The closest I got is this:
std::vector<int> getOccupiedBucketIds(const cv::Rect& rect)
{
std::vector<int> occupiedBucketIds;
auto xIncrement = rect.width < bucketWidth ? rect.width : bucketWidth ;
auto yIncrement = rect.height < bucketWidth ? rect.height : bucketWidth ;
for (auto x = rect.x; x <= rect.x + rect.width; x += xIncrement)
{
for (auto y = rect.y; y <= rect.y + rect.width; y += yIncrement)
{
occupiedBucketIds.push_back(generateHash(x, y, bucketWidth , cellsPerSide));
}
}
return occupiedBucketIds;
}
This however leaves the following case unsolved when rect.width%bucketWidth > 0:

Answer
You want something like this:
std::vector<hash_t> hashes;
for(double yi=y+bucket_width/2;yi<ymax;yi+=bucket_width)
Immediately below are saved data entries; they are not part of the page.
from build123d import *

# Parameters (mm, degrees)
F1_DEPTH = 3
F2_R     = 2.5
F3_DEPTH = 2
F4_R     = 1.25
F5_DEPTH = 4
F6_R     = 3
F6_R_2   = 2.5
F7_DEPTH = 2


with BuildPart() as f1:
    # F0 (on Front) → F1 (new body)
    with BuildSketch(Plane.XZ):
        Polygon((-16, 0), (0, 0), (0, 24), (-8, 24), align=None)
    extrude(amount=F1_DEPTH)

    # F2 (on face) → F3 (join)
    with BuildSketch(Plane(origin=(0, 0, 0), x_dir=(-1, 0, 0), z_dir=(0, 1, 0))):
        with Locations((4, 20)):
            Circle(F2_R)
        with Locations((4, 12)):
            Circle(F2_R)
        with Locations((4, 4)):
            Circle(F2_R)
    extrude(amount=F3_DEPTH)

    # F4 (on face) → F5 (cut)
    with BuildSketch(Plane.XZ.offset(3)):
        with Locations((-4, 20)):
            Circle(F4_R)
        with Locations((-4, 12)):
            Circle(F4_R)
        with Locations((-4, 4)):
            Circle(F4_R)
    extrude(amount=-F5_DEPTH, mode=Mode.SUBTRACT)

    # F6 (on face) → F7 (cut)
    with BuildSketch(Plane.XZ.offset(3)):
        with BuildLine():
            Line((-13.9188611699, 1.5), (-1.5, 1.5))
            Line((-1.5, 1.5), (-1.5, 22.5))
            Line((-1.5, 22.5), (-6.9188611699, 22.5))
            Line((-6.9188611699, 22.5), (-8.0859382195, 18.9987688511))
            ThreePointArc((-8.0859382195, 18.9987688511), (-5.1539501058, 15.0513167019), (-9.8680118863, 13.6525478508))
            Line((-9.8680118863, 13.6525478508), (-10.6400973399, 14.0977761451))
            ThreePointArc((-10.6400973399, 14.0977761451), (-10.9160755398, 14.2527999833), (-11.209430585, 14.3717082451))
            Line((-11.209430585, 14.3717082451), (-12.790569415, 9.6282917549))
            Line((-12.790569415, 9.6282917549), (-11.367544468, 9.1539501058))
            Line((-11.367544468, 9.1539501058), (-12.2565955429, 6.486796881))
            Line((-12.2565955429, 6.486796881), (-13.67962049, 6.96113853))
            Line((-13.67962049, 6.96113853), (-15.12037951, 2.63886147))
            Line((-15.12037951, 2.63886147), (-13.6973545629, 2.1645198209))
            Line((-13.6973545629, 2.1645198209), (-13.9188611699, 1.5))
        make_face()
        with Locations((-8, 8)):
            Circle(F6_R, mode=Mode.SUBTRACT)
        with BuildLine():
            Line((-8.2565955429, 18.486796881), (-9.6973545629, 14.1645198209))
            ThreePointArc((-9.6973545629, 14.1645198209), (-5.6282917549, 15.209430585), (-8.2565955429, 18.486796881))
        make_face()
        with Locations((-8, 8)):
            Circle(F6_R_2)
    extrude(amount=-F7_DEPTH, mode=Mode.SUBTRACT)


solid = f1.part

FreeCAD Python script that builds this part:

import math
import FreeCAD as App
import Part
import Sketcher
from FreeCAD import Vector


def add_polygon(sketch, points):
    """Adds a closed chain of lines whose ends are joined by coincident constraints."""
    first, n = sketch.GeometryCount, len(points)
    for a, b in zip(points, points[1:] + points[:1]):
        sketch.addGeometry(Part.LineSegment(App.Vector(*a, 0), App.Vector(*b, 0)), False)
    for i in range(n):
        sketch.addConstraint(Sketcher.Constraint("Coincident", first + i, 2, first + (i + 1) % n, 1))

doc = App.newDocument("Part")
body = doc.addObject("PartDesign::Body", "Body")

# Sketch on XZ plane
sketch1 = body.newObject("Sketcher::SketchObject", "Sketch")
sketch1.AttachmentSupport = (doc.getObject("XZ_Plane"), [""])
sketch1.MapMode = "FlatFace"
add_polygon(sketch1, [(-16, 0), (0, 0), (0, 24), (-8, 24)])  # lines 0-3
sketch1.addConstraint(Sketcher.Constraint("Horizontal", 0))
sketch1.addConstraint(Sketcher.Constraint("Vertical", 1))
sketch1.addConstraint(Sketcher.Constraint("Horizontal", 2))
sketch1.addConstraint(Sketcher.Constraint("Coincident", 0, 2, -1, 1))
sketch1.addConstraint(Sketcher.Constraint("DistanceX", 0, 1, 0, 2, 16.0))
sketch1.addConstraint(Sketcher.Constraint("DistanceX", 2, 2, 2, 1, 8.0))
sketch1.addConstraint(Sketcher.Constraint("DistanceY", 1, 1, 1, 2, 24.0))
pad1 = body.newObject("PartDesign::Pad", "Pad")
pad1.Profile = sketch1
pad1.Length = 3

# Sketch on XZ plane
sketch2 = body.newObject("Sketcher::SketchObject", "Sketch001")
sketch2.AttachmentSupport = (doc.getObject("XZ_Plane"), [""])
sketch2.MapMode = "FlatFace"
sketch2.addGeometry(Part.Circle(Vector(-4, 20, 0), Vector(0, 0, 1), 2.5), False)
sketch2.addGeometry(Part.Circle(Vector(-4, 12, 0), Vector(0, 0, 1), 2.5), False)
sketch2.addGeometry(Part.Circle(Vector(-4, 4, 0), Vector(0, 0, 1), 2.5), False)
sketch2.addConstraint(Sketcher.Constraint("Equal", 0, 1))
sketch2.addConstraint(Sketcher.Constraint("Equal", 1, 2))
sketch2.addConstraint(Sketcher.Constraint("Vertical", 0, 3, 1, 3))
sketch2.addConstraint(Sketcher.Constraint("Vertical", 1, 3, 2, 3))
sketch2.addConstraint(Sketcher.Constraint("Diameter", 0, 5.0))
sketch2.addConstraint(Sketcher.Constraint("DistanceX", 0, 3, -1, 1, 4.0))
sketch2.addConstraint(Sketcher.Constraint("DistanceY", -1, 1, 0, 3, 20.0))
sketch2.addConstraint(Sketcher.Constraint("DistanceY", -1, 1, 1, 3, 12.0))
sketch2.addConstraint(Sketcher.Constraint("DistanceY", -1, 1, 2, 3, 4.0))
pad2 = body.newObject("PartDesign::Pad", "Pad001")
pad2.Profile = sketch2
pad2.Length = 2
pad2.Reversed = True

# Sketch on XZ plane
sketch3 = body.newObject("Sketcher::SketchObject", "Sketch002")
sketch3.AttachmentSupport = (doc.getObject("XZ_Plane"), [""])
sketch3.MapMode = "FlatFace"
sketch3.AttachmentOffset = App.Placement(Vector(0, 0, 3), App.Rotation())
sketch3.addGeometry(Part.Circle(Vector(-4, 20, 0), Vector(0, 0, 1), 1.2), False)
sketch3.addGeometry(Part.Circle(Vector(-4, 12, 0), Vector(0, 0, 1), 1.2), False)
sketch3.addGeometry(Part.Circle(Vector(-4, 4, 0), Vector(0, 0, 1), 1.2), False)
sketch3.addConstraint(Sketcher.Constraint("Equal", 0, 1))
sketch3.addConstraint(Sketcher.Constraint("Equal", 1, 2))
sketch3.addConstraint(Sketcher.Constraint("Vertical", 0, 3, 1, 3))
sketch3.addConstraint(Sketcher.Constraint("Vertical", 1, 3, 2, 3))
sketch3.addConstraint(Sketcher.Constraint("Diameter", 0, 2.5))
sketch3.addConstraint(Sketcher.Constraint("DistanceX", 0, 3, -1, 1, 4.0))
sketch3.addConstraint(Sketcher.Constraint("DistanceY", -1, 1, 0, 3, 20.0))
sketch3.addConstraint(Sketcher.Constraint("DistanceY", -1, 1, 1, 3, 12.0))
sketch3.addConstraint(Sketcher.Constraint("DistanceY", -1, 1, 2, 3, 4.0))
pocket1 = body.newObject("PartDesign::Pocket", "Pocket")
pocket1.Profile = sketch3
pocket1.Length = 4

# Sketch on XZ plane
sketch4 = body.newObject("Sketcher::SketchObject", "Sketch003")
sketch4.AttachmentSupport = (doc.getObject("XZ_Plane"), [""])
sketch4.MapMode = "FlatFace"
sketch4.AttachmentOffset = App.Placement(Vector(0, 0, 3), App.Rotation())
sketch4.addGeometry(Part.LineSegment(Vector(-13.9, 1.5, 0), Vector(-1.5, 1.5, 0)), False)
sketch4.addGeometry(Part.LineSegment(Vector(-1.5, 1.5, 0), Vector(-1.5, 22.5, 0)), False)
sketch4.addGeometry(Part.LineSegment(Vector(-1.5, 22.5, 0), Vector(-6.9, 22.5, 0)), False)
sketch4.addGeometry(Part.LineSegment(Vector(-6.9, 22.5, 0), Vector(-8.1, 19, 0)), False)
sketch4.addGeometry(Part.ArcOfCircle(Part.Circle(Vector(-8, 16, 0), Vector(0, 0, 1), 3), math.radians(-129), math.radians(92)), False)
sketch4.addGeometry(Part.LineSegment(Vector(-9.9, 13.7, 0), Vector(-10.6, 14.1, 0)), False)
sketch4.addGeometry(Part.ArcOfCircle(Part.Circle(Vector(-12, 12, 0), Vector(0, 0, 1), 2.5), math.radians(57.05), math.radians(71.57)), False)
sketch4.addGeometry(Part.LineSegment(Vector(-11.2, 14.4, 0), Vector(-12.8, 9.6, 0)), False)
sketch4.addGeometry(Part.LineSegment(Vector(-12.8, 9.6, 0), Vector(-11.4, 9.2, 0)), False)
sketch4.addGeometry(Part.LineSegment(Vector(-11.4, 9.2, 0), Vector(-12.3, 6.5, 0)), False)
sketch4.addGeometry(Part.LineSegment(Vector(-12.3, 6.5, 0), Vector(-13.7, 7, 0)), False)
sketch4.addGeometry(Part.LineSegment(Vector(-13.7, 7, 0), Vector(-15.1, 2.6, 0)), False)
sketch4.addGeometry(Part.LineSegment(Vector(-15.1, 2.6, 0), Vector(-13.7, 2.2, 0)), False)
sketch4.addGeometry(Part.LineSegment(Vector(-13.7, 2.2, 0), Vector(-13.9, 1.5, 0)), False)
sketch4.addGeometry(Part.Circle(Vector(-8, 8, 0), Vector(0, 0, 1), 3), False)
sketch4.addGeometry(Part.LineSegment(Vector(-8.3, 18.5, 0), Vector(-9.7, 14.2, 0)), False)
sketch4.addGeometry(Part.ArcOfCircle(Part.Circle(Vector(-8, 16, 0), Vector(0, 0, 1), 2.5), math.radians(-133), math.radians(96)), False)
sketch4.addGeometry(Part.Circle(Vector(-8, 8, 0), Vector(0, 0, 1), 2.5), False)
sketch4.addConstraint(Sketcher.Constraint("Coincident", 0, 2, 1, 1))
sketch4.addConstraint(Sketcher.Constraint("Coincident", 1, 2, 2, 1))
sketch4.addConstraint(Sketcher.Constraint("Coincident", 2, 2, 3, 1))
sketch4.addConstraint(Sketcher.Constraint("Coincident", 3, 2, 4, 2))
sketch4.addConstraint(Sketcher.Constraint("Coincident", 4, 1, 5, 1))
sketch4.addConstraint(Sketcher.Constraint("Coincident", 5, 2, 6, 1))
sketch4.addConstraint(Sketcher.Constraint("Coincident", 6, 2, 7, 1))
sketch4.addConstraint(Sketcher.Constraint("Coincident", 7, 2, 8, 1))
sketch4.addConstraint(Sketcher.Constraint("Coincident", 8, 2, 9, 1))
sketch4.addConstraint(Sketcher.Constraint("Coincident", 9, 2, 10, 1))
sketch4.addConstraint(Sketcher.Constraint("Coincident", 10, 2, 11, 1))
sketch4.addConstraint(Sketcher.Constraint("Coincident", 11, 2, 12, 1))
sketch4.addConstraint(Sketcher.Constraint("Coincident", 12, 2, 13, 1))
sketch4.addConstraint(Sketcher.Constraint("Coincident", 13, 2, 0, 1))
sketch4.addConstraint(Sketcher.Constraint("Coincident", 15, 1, 16, 2))
sketch4.addConstraint(Sketcher.Constraint("Coincident", 16, 1, 15, 2))
sketch4.addConstraint(Sketcher.Constraint("Horizontal", 0))
sketch4.addConstraint(Sketcher.Constraint("Vertical", 1))
sketch4.addConstraint(Sketcher.Constraint("Horizontal", 2))
sketch4.addConstraint(Sketcher.Constraint("Coincident", 16, 3, 4, 3))
sketch4.addConstraint(Sketcher.Constraint("Coincident", 17, 3, 14, 3))
sketch4.addConstraint(Sketcher.Constraint("Equal", 4, 14))
sketch4.addConstraint(Sketcher.Constraint("Equal", 6, 16))
sketch4.addConstraint(Sketcher.Constraint("Equal", 16, 17))
sketch4.addConstraint(Sketcher.Constraint("Parallel", 3, 7))
sketch4.addConstraint(Sketcher.Constraint("Perpendicular", 7, 8))
sketch4.addConstraint(Sketcher.Constraint("Perpendicular", 8, 9))
sketch4.addConstraint(Sketcher.Constraint("Perpendicular", 9, 10))
sketch4.addConstraint(Sketcher.Constraint("Perpendicular", 10, 11))
sketch4.addConstraint(Sketcher.Constraint("Perpendicular", 11, 12))
sketch4.addConstraint(Sketcher.Constraint("Perpendicular", 12, 13))
sketch4.addConstraint(Sketcher.Constraint("Parallel", 13, 15))
sketch4.addConstraint(Sketcher.Constraint("Vertical", 4, 3, 14, 3))
sketch4.addConstraint(Sketcher.Constraint("Equal", 8, 10))
sketch4.addConstraint(Sketcher.Constraint("Equal", 10, 12))
sketch4.addConstraint(Sketcher.Constraint("Equal", 11, 15))
sketch4.addConstraint(Sketcher.Constraint("Diameter", 14, 6.0))
sketch4.addConstraint(Sketcher.Constraint("Diameter", 17, 5.0))
sketch4.addConstraint(Sketcher.Constraint("DistanceY", 1, 1, 1, 2, 21.0))
sketch4.addConstraint(Sketcher.Constraint("Distance", 7, 5.0))
sketch4.addConstraint(Sketcher.Constraint("DistanceX", 4, 3, -1, 1, 8.0))
sketch4.addConstraint(Sketcher.Constraint("DistanceY", -1, 1, 4, 3, 16.0))
sketch4.addConstraint(Sketcher.Constraint("DistanceX", 6, 3, -1, 1, 12.0))
sketch4.addConstraint(Sketcher.Constraint("DistanceY", -1, 1, 6, 3, 12.0))
sketch4.addConstraint(Sketcher.Constraint("DistanceY", -1, 1, 14, 3, 8.0))
sketch4.addConstraint(Sketcher.Constraint("Distance", 8, 1.5))
sketch4.addConstraint(Sketcher.Constraint("DistanceX", 0, 2, -1, 1, 1.5))
sketch4.addConstraint(Sketcher.Constraint("DistanceY", -1, 1, 0, 2, 1.5))
sketch4.addConstraint(Sketcher.Constraint("DistanceX", 0, 1, 0, 2, 12.418861))
sketch4.addConstraint(Sketcher.Constraint("DistanceX", 2, 2, 2, 1, 5.418861))
sketch4.addConstraint(Sketcher.Constraint("DistanceX", 5, 2, 15, 1, 2.383502))
sketch4.addConstraint(Sketcher.Constraint("Distance", 3, 3.690622))
sketch4.addConstraint(Sketcher.Constraint("Distance", 5, 0.89126))
sketch4.addConstraint(Sketcher.Constraint("Distance", 11, 4.55608))
sketch4.addConstraint(Sketcher.Constraint("DistanceX", 10, 2, -1, 1, 13.67962))
pocket2 = body.newObject("PartDesign::Pocket", "Pocket001")
pocket2.Profile = sketch4
pocket2.Length = 2

doc.recompute()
for(double xi=x+bucket_width/2;xi<xmax;xi+=bucket_width)
hashes.push_back(generateHash(xi,yi,bucket_width,buckets_per_side));
You're not getting the rightmost edge because you are using floating-point mathematics. That is, when you are calculating numbers close to the edges of cells they may be slightly smaller, or slightly larger, than you would expect.
The solution is to instead calculate the locations of the centers of cells, which are far away from the edges.